I've owned around 50 weeks and I've never had to deposit in order to browse availability. Are you sure you know how to do it?

As far as what you can see. There are many variables but one of them is not resale vs developer. II does not have that one in their system so that is not the issue you are having.


----------



## sb2313 (Apr 17, 2017)

A Westin Maui week would very likely see less as the quality filter would reduce much of what you can see that II considers "below" your exhange, whereas DRI points perhaps do not have that. 
I have a 3 bedroom Marriott Hilton head week with a TDI of 145, but can see more units with a cheap Branson non-branded week because it doesn't filter out the lower quality weeks(but of course it can't see a lot of the top quality weeks the 3 bedroom HHI can). More does not always equal better.


----------



## bizaro86 (Apr 17, 2017)

This either doesn't pass the smell test or the OP is misinformed. You can't deposit a week 26 at the Westin Maui. You make a deposit and they select for you. You just get the floating trade power of the average week. Also, it is dead easy to search without making a deposit using a Vistana unit.


----------



## tschwa2 (Apr 17, 2017)

This has nothing to do with resale vs retail.  If anything it is points based exchanges with II (which ILG is pushing-thus the response you recieved) vs weeks exchange.  If you points based exchange was resale (although DRI doesn't allow resale points to be used with II in most collections) but other do- Marriott, Worldmark, Sheraton Flexoptions, and others it would see the same.  The same with a retail or resale deeded week deposited in II.  No difference in trading power.  

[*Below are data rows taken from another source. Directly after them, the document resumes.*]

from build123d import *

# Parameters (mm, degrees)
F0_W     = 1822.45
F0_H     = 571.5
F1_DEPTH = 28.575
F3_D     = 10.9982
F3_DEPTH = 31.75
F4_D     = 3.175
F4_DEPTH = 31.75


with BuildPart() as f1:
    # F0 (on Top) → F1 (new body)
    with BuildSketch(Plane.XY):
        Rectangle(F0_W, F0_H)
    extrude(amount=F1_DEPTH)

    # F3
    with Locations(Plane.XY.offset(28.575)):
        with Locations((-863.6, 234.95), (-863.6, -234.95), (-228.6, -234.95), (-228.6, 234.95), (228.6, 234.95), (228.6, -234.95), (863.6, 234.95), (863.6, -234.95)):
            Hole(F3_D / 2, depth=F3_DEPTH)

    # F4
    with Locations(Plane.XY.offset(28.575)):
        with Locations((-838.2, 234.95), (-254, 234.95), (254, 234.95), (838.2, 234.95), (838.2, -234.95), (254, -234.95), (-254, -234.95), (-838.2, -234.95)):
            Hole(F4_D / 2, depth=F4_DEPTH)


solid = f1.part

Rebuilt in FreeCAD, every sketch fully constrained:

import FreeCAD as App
import Part
import Sketcher
Q = App.Units.Quantity


def add_polygon(sketch, points):
    """Adds a closed chain of lines whose ends are joined by coincident constraints."""
    first, n = sketch.GeometryCount, len(points)
    for a, b in zip(points, points[1:] + points[:1]):
        sketch.addGeometry(Part.LineSegment(App.Vector(*a, 0), App.Vector(*b, 0)), False)
    for i in range(n):
        sketch.addConstraint(Sketcher.Constraint("Coincident", first + i, 2, first + (i + 1) % n, 1))

doc = App.newDocument("Part")
body = doc.addObject("PartDesign::Body", "Body")

# Sketch on XY plane
sketch1 = body.newObject("Sketcher::SketchObject", "Sketch")
sketch1.AttachmentSupport = (doc.getObject("XY_Plane"), [""])
sketch1.MapMode = "FlatFace"
add_polygon(sketch1, [(-911, 286), (-911, -286), (911, -286), (911, 286)])  # lines 0-3
sketch1.addConstraint([
    Sketcher.Constraint("Vertical", 0),
    Sketcher.Constraint("Horizontal", 1),
    Sketcher.Constraint("Vertical", 2),
    Sketcher.Constraint("Horizontal", 3),
    Sketcher.Constraint("Symmetric", 0, 2, 2, 2, -1, 1),
    Sketcher.Constraint("DistanceY", 0, 2, 0, 1, Q("22.5 in")),
    Sketcher.Constraint("DistanceX", 1, 1, 1, 2, Q("71.75 in")),
])
pad1 = body.newObject("PartDesign::Pad", "Pad")
pad1.Profile = sketch1
pad1.Length = Q("1.125 in")

# Sketch on XY plane
sketch2 = body.newObject("Sketcher::SketchObject", "Sketch001")
sketch2.AttachmentSupport = (doc.getObject("XY_Plane"), [""])
sketch2.MapMode = "FlatFace"
sketch2.AttachmentOffset = App.Placement(App.Vector(0, 0, 1.125 * 25.4), App.Rotation())
sketch2.addGeometry([
    Part.Circle(App.Vector(-864, 235, 0), App.Vector(0, 0, 1), 5),  # 0
    Part.Circle(App.Vector(-864, -235, 0), App.Vector(0, 0, 1), 5),  # 1
    Part.Circle(App.Vector(-229, -235, 0), App.Vector(0, 0, 1), 5),  # 2
    Part.Circle(App.Vector(-229, 235, 0), App.Vector(0, 0, 1), 5),  # 3
    Part.Circle(App.Vector(229, 235, 0), App.Vector(0, 0, 1), 5),  # 4
    Part.Circle(App.Vector(229, -235, 0), App.Vector(0, 0, 1), 5),  # 5
    Part.Circle(App.Vector(864, 235, 0), App.Vector(0, 0, 1), 5),  # 6
    Part.Circle(App.Vector(864, -235, 0), App.Vector(0, 0, 1), 5),  # 7
], False)
sketch2.addConstraint([
    Sketcher.Constraint("Equal", 0, 1),
    Sketcher.Constraint("Equal", 1, 2),
    Sketcher.Constraint("Equal", 2, 3),
    Sketcher.Constraint("Equal", 3, 4),
    Sketcher.Constraint("Equal", 4, 5),
    Sketcher.Constraint("Equal", 5, 6),
    Sketcher.Constraint("Equal", 6, 7),
    Sketcher.Constraint("Symmetric", 2, 3, 4, 3, -1, 1),
    Sketcher.Constraint("Symmetric", 3, 3, 5, 3, -1, 1),
    Sketcher.Constraint("Symmetric", 1, 3, 6, 3, -1, 1),
    Sketcher.Constraint("Symmetric", 0, 3, 7, 3, -1, 1),
    Sketcher.Constraint("Symmetric", 3, 3, 4, 3, -2),
    Sketcher.Constraint("Symmetric", 0, 3, 6, 3, -2),
    Sketcher.Constraint("Horizontal", 1, 3, 2, 3),
    Sketcher.Constraint("Diameter", 0, Q("0.433 in")),
    Sketcher.Constraint("DistanceX", 0, 3, -1, 1, Q("34 in")),
    Sketcher.Constraint("DistanceX", 2, 3, -1, 1, Q("9 in")),
    Sketcher.Constraint("DistanceY", 1, 3, 0, 3, Q("18.5 in")),
])
doc.recompute()
hole = body.newObject("PartDesign::Hole", "Hole")
hole.Profile = sketch2
hole.ThreadType = "None"
hole.Diameter = Q("0.433 in")
hole.DepthType = "Dimension"
hole.Depth = Q("1.25 in")
hole.DrillPoint = "Flat"

# Sketch on XY plane
sketch3 = body.newObject("Sketcher::SketchObject", "Sketch002")
sketch3.AttachmentSupport = (doc.getObject("XY_Plane"), [""])
sketch3.MapMode = "FlatFace"
sketch3.AttachmentOffset = App.Placement(App.Vector(0, 0, 1.125 * 25.4), App.Rotation())
sketch3.addGeometry([
    Part.Circle(App.Vector(-838.2, 234.9, 0), App.Vector(0, 0, 1), 1.6),  # 0
    Part.Circle(App.Vector(-254, 234.9, 0), App.Vector(0, 0, 1), 1.6),  # 1
    Part.Circle(App.Vector(254, 234.9, 0), App.Vector(0, 0, 1), 1.6),  # 2
    Part.Circle(App.Vector(838.2, 234.9, 0), App.Vector(0, 0, 1), 1.6),  # 3
    Part.Circle(App.Vector(838.2, -234.9, 0), App.Vector(0, 0, 1), 1.6),  # 4
    Part.Circle(App.Vector(254, -234.9, 0), App.Vector(0, 0, 1), 1.6),  # 5
    Part.Circle(App.Vector(-254, -234.9, 0), App.Vector(0, 0, 1), 1.6),  # 6
    Part.Circle(App.Vector(-838.2, -234.9, 0), App.Vector(0, 0, 1), 1.6),  # 7
], False)
sketch3.addConstraint([
    Sketcher.Constraint("Equal", 0, 1),
    Sketcher.Constraint("Equal", 1, 2),
    Sketcher.Constraint("Equal", 2, 3),
    Sketcher.Constraint("Equal", 3, 4),
    Sketcher.Constraint("Equal", 4, 5),
    Sketcher.Constraint("Equal", 5, 6),
    Sketcher.Constraint("Equal", 6, 7),
    Sketcher.Constraint("Symmetric", 0, 3, 4, 3, -1, 1),
    Sketcher.Constraint("Symmetric", 1, 3, 5, 3, -1, 1),
    Sketcher.Constraint("Symmetric", 2, 3, 6, 3, -1, 1),
    Sketcher.Constraint("Symmetric", 3, 3, 7, 3, -1, 1),
    Sketcher.Constraint("Symmetric", 1, 3, 2, 3, -2),
    Sketcher.Constraint("Symmetric", 0, 3, 3, 3, -2),
    Sketcher.Constraint("Horizontal", 0, 3, 1, 3),
    Sketcher.Constraint("Diameter", 0, Q("0.125 in")),
    Sketcher.Constraint("DistanceX", 0, 3, -1, 1, Q("33 in")),
    Sketcher.Constraint("DistanceX", 1, 3, -1, 1, Q("10 in")),
    Sketcher.Constraint("DistanceY", 4, 3, 3, 3, Q("18.5 in")),
])
doc.recompute()
hole2 = body.newObject("PartDesign::Hole", "Hole001")
hole2.Profile = sketch3
hole2.ThreadType = "None"
hole2.Diameter = Q("0.125 in")
hole2.DepthType = "Dimension"
hole2.Depth = Q("1.25 in")
hole2.DrillPoint = "Flat"

doc.recompute()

With II the points short stay are only a small subset of resorts with excess inventory.  They are also available to weeks owners.  Weeks owners can get 2 short stays for each whole week.  Each short stay could be between 1-6 nights so a week could get 2-12 nights with a single 7 night deposit.  

Finally I think the inventory issue is the quality filter mentioned by others.  Try looking at specific areas to compare.  One place is Ocean City, MD.  I doubt you would see anything with the Westin even the off season weeks. Not because your exchange power is bad but because your quality is too high with the Westin.


----------



## dioxide45 (Apr 17, 2017)

Don't points have the ultimate trade power? Basically, if you have enough points you can see and confirm anything available. With weeks, there is a hidden system of trade power that is a mystery to most of us.


----------



## bradfordHI (Apr 18, 2017)

Saintsfanfl said:


> I've owned around 50 weeks and I've never had to deposit in order to browse availability. Are you sure you know how to do it?
> 
> As far as what you can see. There are many variables but one of them is not resale vs developer. II does not have that one in their system so that is not the issue you are having.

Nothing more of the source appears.